The background description provided herein is for the purpose of generally presenting the context of the disclosure. Work of the presently named inventors, to the extent it is described in this background section, as well as aspects of the description that may not otherwise qualify as prior art at the time of filing, are neither expressly nor impliedly admitted as prior art against the present disclosure.
Referring now to FIG. 1, an exemplary control system 10 includes an input signal X (i.e. a target response of the control system 10), an output response signal Y, and an error signal E. A control module 12 controls the output response signal Y based on the error signal E. The error signal E is a difference between the input signal X and the output response signal Y. In other words, the control module 12 attempts to control the output response signal Y to “follow” the input signal X. The control system 10 can be described as:Y=E*H; andE=X−Y, where H represents a transfer function of the control system 10. Each of the values X, Y, and E is a vector that includes values that occur over time.

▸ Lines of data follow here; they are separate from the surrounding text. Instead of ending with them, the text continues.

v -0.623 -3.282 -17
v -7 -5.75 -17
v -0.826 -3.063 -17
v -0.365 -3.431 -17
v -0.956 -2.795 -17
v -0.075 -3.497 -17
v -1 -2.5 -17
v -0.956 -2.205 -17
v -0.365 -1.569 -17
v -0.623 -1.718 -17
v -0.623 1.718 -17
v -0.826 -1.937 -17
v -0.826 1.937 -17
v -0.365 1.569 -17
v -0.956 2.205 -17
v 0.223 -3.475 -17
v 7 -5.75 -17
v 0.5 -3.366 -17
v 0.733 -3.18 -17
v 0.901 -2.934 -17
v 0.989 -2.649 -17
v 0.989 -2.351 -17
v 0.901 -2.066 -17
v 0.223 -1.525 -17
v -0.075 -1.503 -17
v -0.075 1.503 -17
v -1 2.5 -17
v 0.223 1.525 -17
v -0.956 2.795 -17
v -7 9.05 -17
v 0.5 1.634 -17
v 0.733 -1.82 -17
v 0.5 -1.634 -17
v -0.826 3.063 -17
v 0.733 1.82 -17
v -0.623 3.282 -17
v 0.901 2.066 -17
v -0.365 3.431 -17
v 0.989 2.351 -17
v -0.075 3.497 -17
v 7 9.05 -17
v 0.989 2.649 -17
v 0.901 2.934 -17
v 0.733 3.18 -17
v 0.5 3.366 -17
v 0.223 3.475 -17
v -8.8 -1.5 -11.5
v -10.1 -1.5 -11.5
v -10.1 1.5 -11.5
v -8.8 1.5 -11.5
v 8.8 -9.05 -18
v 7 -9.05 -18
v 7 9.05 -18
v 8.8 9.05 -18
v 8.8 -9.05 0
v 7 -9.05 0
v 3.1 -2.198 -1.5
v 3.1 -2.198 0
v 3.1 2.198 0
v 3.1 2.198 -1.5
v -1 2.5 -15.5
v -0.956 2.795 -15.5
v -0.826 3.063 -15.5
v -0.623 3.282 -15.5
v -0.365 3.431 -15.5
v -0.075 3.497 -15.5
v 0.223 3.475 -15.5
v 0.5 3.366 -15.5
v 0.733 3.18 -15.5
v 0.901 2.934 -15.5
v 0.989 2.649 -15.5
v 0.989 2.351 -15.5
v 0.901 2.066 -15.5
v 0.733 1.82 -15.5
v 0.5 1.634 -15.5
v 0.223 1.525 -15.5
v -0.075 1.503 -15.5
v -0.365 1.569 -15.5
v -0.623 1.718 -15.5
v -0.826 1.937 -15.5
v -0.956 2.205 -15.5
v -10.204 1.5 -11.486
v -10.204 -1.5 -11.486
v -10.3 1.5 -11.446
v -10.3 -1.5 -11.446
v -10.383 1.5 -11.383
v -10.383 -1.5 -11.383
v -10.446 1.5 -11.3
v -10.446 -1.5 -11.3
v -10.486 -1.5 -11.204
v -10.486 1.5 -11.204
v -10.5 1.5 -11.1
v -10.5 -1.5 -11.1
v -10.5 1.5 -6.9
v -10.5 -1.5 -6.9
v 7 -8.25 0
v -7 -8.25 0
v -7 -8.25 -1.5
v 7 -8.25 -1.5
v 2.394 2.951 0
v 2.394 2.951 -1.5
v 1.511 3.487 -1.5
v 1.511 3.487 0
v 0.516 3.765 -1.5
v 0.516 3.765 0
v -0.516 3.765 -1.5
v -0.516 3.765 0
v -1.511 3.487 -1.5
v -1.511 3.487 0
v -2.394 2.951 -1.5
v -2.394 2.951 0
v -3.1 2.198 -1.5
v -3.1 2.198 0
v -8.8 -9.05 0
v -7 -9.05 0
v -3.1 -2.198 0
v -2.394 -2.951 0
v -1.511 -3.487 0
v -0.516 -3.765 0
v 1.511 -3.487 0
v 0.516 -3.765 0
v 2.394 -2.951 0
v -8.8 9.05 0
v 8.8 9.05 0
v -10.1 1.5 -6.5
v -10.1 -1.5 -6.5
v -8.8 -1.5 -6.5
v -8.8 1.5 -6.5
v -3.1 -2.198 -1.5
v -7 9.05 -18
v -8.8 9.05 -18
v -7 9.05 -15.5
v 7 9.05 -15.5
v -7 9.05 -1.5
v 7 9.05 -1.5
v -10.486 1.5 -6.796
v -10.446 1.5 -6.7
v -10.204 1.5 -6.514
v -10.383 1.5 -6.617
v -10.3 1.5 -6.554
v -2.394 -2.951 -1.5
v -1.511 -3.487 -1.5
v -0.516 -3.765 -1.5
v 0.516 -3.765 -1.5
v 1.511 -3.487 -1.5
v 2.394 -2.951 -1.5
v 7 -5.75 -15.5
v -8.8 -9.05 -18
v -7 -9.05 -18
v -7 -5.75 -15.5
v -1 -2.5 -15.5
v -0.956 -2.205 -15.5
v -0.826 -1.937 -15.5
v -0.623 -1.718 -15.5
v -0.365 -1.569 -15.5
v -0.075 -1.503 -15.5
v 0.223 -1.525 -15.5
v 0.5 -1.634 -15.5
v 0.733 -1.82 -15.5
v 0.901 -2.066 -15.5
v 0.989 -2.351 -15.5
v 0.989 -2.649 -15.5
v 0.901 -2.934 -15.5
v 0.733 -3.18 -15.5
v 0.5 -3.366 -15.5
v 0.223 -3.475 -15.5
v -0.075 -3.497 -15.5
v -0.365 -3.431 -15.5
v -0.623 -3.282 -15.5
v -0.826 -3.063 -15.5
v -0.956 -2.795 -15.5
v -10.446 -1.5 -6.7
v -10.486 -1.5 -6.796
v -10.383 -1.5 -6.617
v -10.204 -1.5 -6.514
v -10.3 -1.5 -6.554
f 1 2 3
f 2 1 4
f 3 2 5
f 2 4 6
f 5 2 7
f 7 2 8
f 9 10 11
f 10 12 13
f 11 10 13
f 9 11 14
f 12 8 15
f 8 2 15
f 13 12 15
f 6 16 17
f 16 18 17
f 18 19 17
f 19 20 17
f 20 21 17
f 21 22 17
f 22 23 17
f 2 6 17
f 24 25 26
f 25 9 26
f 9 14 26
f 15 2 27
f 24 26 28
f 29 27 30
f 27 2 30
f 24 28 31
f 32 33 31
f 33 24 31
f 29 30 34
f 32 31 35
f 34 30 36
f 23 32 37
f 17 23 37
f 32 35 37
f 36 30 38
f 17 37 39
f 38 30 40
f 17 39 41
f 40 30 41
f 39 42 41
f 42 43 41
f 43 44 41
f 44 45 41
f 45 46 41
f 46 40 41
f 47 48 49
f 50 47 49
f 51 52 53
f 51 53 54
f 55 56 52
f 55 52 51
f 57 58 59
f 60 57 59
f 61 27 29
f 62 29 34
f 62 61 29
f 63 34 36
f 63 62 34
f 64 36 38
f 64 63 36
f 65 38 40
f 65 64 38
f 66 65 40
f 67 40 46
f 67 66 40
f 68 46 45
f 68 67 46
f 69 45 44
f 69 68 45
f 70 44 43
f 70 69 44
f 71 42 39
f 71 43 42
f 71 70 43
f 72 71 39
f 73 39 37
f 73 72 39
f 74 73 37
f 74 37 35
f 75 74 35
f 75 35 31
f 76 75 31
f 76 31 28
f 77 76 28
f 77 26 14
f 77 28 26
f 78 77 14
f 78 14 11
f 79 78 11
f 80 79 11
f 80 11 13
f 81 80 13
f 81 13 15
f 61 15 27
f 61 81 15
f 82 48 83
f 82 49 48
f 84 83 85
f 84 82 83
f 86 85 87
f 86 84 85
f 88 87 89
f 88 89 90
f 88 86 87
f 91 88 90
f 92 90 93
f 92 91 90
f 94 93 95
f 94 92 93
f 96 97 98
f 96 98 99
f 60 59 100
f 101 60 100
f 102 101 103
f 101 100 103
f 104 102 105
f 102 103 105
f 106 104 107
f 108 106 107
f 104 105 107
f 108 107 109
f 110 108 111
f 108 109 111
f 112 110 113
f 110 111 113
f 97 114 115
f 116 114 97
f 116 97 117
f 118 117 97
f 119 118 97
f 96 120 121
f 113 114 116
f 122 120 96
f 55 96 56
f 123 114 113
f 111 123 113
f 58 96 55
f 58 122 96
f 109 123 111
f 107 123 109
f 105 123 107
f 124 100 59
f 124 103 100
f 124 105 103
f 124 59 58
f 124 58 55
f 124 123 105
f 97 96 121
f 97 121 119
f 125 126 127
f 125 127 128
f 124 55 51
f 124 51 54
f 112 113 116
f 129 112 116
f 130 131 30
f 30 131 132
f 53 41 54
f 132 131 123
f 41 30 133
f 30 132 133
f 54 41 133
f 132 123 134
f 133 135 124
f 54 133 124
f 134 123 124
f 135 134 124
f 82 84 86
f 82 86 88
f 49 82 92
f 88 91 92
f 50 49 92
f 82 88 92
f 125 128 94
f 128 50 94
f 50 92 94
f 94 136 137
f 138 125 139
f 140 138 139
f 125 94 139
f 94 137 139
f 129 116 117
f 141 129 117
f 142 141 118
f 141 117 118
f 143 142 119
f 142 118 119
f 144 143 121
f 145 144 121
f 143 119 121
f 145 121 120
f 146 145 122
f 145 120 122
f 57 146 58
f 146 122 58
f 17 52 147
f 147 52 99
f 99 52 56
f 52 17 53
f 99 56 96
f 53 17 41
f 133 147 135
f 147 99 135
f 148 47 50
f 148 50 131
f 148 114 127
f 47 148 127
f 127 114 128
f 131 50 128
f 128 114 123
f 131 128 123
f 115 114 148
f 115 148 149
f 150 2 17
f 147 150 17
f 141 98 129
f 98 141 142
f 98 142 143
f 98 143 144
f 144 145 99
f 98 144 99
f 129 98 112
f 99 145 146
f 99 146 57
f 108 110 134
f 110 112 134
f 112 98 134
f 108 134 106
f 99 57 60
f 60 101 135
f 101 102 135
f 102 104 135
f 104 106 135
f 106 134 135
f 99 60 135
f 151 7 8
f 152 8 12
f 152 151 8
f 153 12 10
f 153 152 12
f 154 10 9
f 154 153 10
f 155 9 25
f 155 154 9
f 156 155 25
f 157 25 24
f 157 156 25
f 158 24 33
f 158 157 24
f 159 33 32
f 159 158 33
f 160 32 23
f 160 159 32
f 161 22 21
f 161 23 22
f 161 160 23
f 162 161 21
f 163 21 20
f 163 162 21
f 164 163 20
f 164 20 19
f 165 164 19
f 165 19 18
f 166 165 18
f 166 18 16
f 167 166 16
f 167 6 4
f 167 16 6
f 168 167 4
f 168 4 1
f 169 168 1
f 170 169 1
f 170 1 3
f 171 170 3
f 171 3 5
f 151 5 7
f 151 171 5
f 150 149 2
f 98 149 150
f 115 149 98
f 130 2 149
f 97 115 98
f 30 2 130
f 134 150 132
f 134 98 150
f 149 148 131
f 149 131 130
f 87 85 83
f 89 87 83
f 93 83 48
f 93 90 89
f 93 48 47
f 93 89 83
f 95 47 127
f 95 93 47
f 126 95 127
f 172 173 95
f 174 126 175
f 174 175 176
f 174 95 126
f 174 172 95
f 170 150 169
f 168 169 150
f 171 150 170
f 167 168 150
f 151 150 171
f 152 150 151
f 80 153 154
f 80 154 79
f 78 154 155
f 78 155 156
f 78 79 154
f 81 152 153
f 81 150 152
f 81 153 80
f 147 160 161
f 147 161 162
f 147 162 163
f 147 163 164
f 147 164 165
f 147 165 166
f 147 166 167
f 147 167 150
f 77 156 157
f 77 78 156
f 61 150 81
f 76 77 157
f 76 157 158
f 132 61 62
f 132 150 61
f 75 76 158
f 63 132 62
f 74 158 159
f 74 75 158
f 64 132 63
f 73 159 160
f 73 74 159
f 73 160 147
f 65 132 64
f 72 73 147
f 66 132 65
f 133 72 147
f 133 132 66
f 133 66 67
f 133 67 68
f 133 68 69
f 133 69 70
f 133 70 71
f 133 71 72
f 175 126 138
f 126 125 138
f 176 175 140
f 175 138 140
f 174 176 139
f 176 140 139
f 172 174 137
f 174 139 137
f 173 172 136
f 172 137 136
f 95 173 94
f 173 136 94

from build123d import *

# Parameters (mm, degrees)
SKETCH_1_W                  = 18
SKETCH_1_H                  = 18.5
EXTRUDE_1_DEPTH             = 1.5
SKETCH_2_W                  = 2
SKETCH_2_H                  = 18.5
EXTRUDE_2_DEPTH             = 18
SKETCH_5_W                  = 18
SKETCH_5_H                  = 1.5
EXTRUDE_5_DEPTH             = 15
SKETCH_6_R                  = 1
CUT_EXTRUDE_1_DEPTH         = 21.169593452
SKETCH_7_W                  = 14
SKETCH_7_H                  = 1.5
CUT_EXTRUDE_2_DEPTH         = 1
SKETCH_8_W                  = 27.6
SKETCH_8_H                  = 28.1
SKETCH_8_W_2                = 17.6
SKETCH_8_H_2                = 18.1
CUT_EXTRUDE_3_DEPTH         = 23.148645557
SKETCH_4_W                  = 5
SKETCH_4_H                  = 3
EXTRUDE_4_DEPTH             = 1.5
EXTRUDE_4_DIRECTION_2_REACH = 28.884
FILLET_1_R                  = 0.4


with BuildPart() as part:
    # Эскиз1 → Бобышка-Вытянуть1 (new body)
    with BuildSketch(Plane.XY):
        Rectangle(SKETCH_1_W, SKETCH_1_H)
        with BuildLine():
            Line((3.1, -2.197726098), (3.1, 2.197726098))
            ThreePointArc((3.1, 2.197726098), (0, 3.8), (-3.1, 2.197726098))
            Line((-3.1, 2.197726098), (-3.1, -2.197726098))
            ThreePointArc((-3.1, -2.197726098), (0, -3.8), (3.1, -2.197726098))
        make_face(mode=Mode.SUBTRACT)
    extrude(amount=-EXTRUDE_1_DEPTH)

    # Эскиз2 → Бобышка-Вытянуть2 (add)
    with BuildSketch(Plane.XY):
        with Locations((-8, 0)):
            Rectangle(SKETCH_2_W, SKETCH_2_H)
        with Locations((8, 0)):
            Rectangle(SKETCH_2_W, SKETCH_2_H)
    extrude(amount=-EXTRUDE_2_DEPTH)

    # Эскиз5 → Бобышка-Вытянуть5 (add)
    with BuildSketch(Plane(origin=(0, 9.25, 0), x_dir=(1, 0, 0), z_dir=(0, 1, 0))):
        with Locations((0, 16.25)):
            Rectangle(SKETCH_5_W, SKETCH_5_H)
    extrude(amount=-EXTRUDE_5_DEPTH)

    # Эскиз6 → Вырез-Вытянуть1 (cut, through all)
    with BuildSketch(Plane(origin=(0, 0, -15.5), x_dir=(-1, 0, 0), z_dir=(0, 0, -1))):
        with Locations((0, 2.5)):
            Circle(SKETCH_6_R)
        with Locations((0, -2.5)):
            Circle(SKETCH_6_R)
    extrude(amount=CUT_EXTRUDE_1_DEPTH, mode=Mode.SUBTRACT)

    # Эскиз7 → Вырез-Вытянуть2 (cut)
    with BuildSketch(Plane.XZ.offset(9.25)):
        with Locations((0, -0.75)):
            Rectangle(SKETCH_7_W, SKETCH_7_H)
    extrude(amount=-CUT_EXTRUDE_2_DEPTH, mode=Mode.SUBTRACT)

    # Эскиз8 → Вырез-Вытянуть3 (cut, through all)
    with BuildSketch(Plane.XY):
        Rectangle(SKETCH_8_W, SKETCH_8_H)
        Rectangle(SKETCH_8_W_2, SKETCH_8_H_2, mode=Mode.SUBTRACT)
    extrude(amount=-CUT_EXTRUDE_3_DEPTH, mode=Mode.SUBTRACT)

    # Эскиз4 → Бобышка-Вытянуть4 (add)
    with BuildSketch(Plane.ZY.offset(9)):
        with Locations((-9, 0)):
            Rectangle(SKETCH_4_W, SKETCH_4_H)
    extrude(amount=EXTRUDE_4_DEPTH)

    # Эскиз4 → Бобышка-Вытянуть4 direction 2 (add, up to next)
    with BuildSketch(Plane.ZY.offset(9), mode=Mode.PRIVATE) as extrude_4_direction_2_sk1:
        with Locations((-9, 0)):
            Rectangle(SKETCH_4_W, SKETCH_4_H)
    extrude_4_direction_2_tool1 = extrude(extrude_4_direction_2_sk1.sketch, amount=-EXTRUDE_4_DIRECTION_2_REACH, mode=Mode.PRIVATE) - part.part
    add(extrude_4_direction_2_tool1.solids().sort_by_distance((-9, 0, -9))[0])

    # Скругление1
    fillet_1_edges = [part.edges().sort_by_distance(p)[0] for p in [
        (-10.5, 0, -11.5),
        (-10.5, 0, -6.5),
    ]]
    fillet(fillet_1_edges, radius=FILLET_1_R)


solid = part.part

Referring now to FIG. 2, a control system 14 typically includes a disturbance N, such as noise. For example, the disturbance N may be introduced into the control system 14 due to performance, manufacturing, and/or environment imperfections. The disturbance signal N is added to the output response signal Y to model the effects of the disturbance N on the control system 14. The result is a final observable response signal Z. The control system 14 can be described as:Y=E*H; Z=Y+N; andE=X−Z. In other words, due to the presence of the disturbance signal N, the output response signal Y is not observable.
The disturbance signal N may include a random component (for example, random noise), a shock component, and/or a repeatable component (for example, a recurring disturbance due to a constant system imperfection). Typically, effects of a random disturbance signal N are non-correctable. For example, mitigating the effects of a random disturbance signal N may be limited to selecting a different transfer function H and/or changing other parameters of the control system.
Referring now to FIG. 3, a magnetic hard disk drive (HDD) may include a hard disk assembly (HDA) 15 that includes a voice-coil motor (VCM) 16 and head gimble assembly (HGA) 17. The VCM/HGA 16, 17 is supported by a hinge (not shown) that allows the VCM/HGA 16, 17 to swing. The rotational swing of the VCM/HGA 16, 17 controls the position of a read/write head 18. Rotational shock experienced by the HDD may adversely impact the VCM/HGA 16,17.
The VCM/HGA 16, 17 includes one or more hard drive platters 19 that include magnetic coatings that store servo and user data as magnetic fields. The platters 19 are rotated by a spindle motor that is schematically shown at 20.
Referring now to FIG. 4, positioning a read/write head over a disk medium is accomplished by having the VCM/HGA 16, 17 lock to a predetermined servo wedge. A servo wedge 21 may include several data fields, including a preamble field 22, a servo sync-mark (SSM) 24 field, a track/sector identification (ID) field 26, a plurality of position error signal (PES) fields 28, 29, and repeatable run-out (RRO) fields 30, 31.
The preamble field 22 may be used to synchronize the servo information stored in the servo track/sector ID field 26. The SSM 24 may be used to mark the ending point of the preamble field 22 and the starting point of the track/sector ID 26. The SSM 24 may also be used as a reference point for the position of other data payloads throughout servo fields. The track/sector ID field 26 indicates both the circumferential position and the coarse radial position of the read/write head 18. The track/sector ID field 26 typically includes a servo track number, which identifies the current track the read/write head 18 is located over while the read/write head 18 is seeking to a selected track.
The position information contained in a servo field is used to determine the fine position of the read/write head 18 on the platter surface and to provide a VCM control module (not shown) an instantaneous position error signal (PES). The PES 28, 29 provide information concerning fine radial positioning of the head. Typically, a PES is the difference between the measured position computed from the servo pattern and the desired position of the read/write head 18. RRO is a repeatable component in the disturbance signal N that may be caused by imperfections in the HDD and/or the platter 19. RRO may cause errors in position detection and control of the read/write head 18.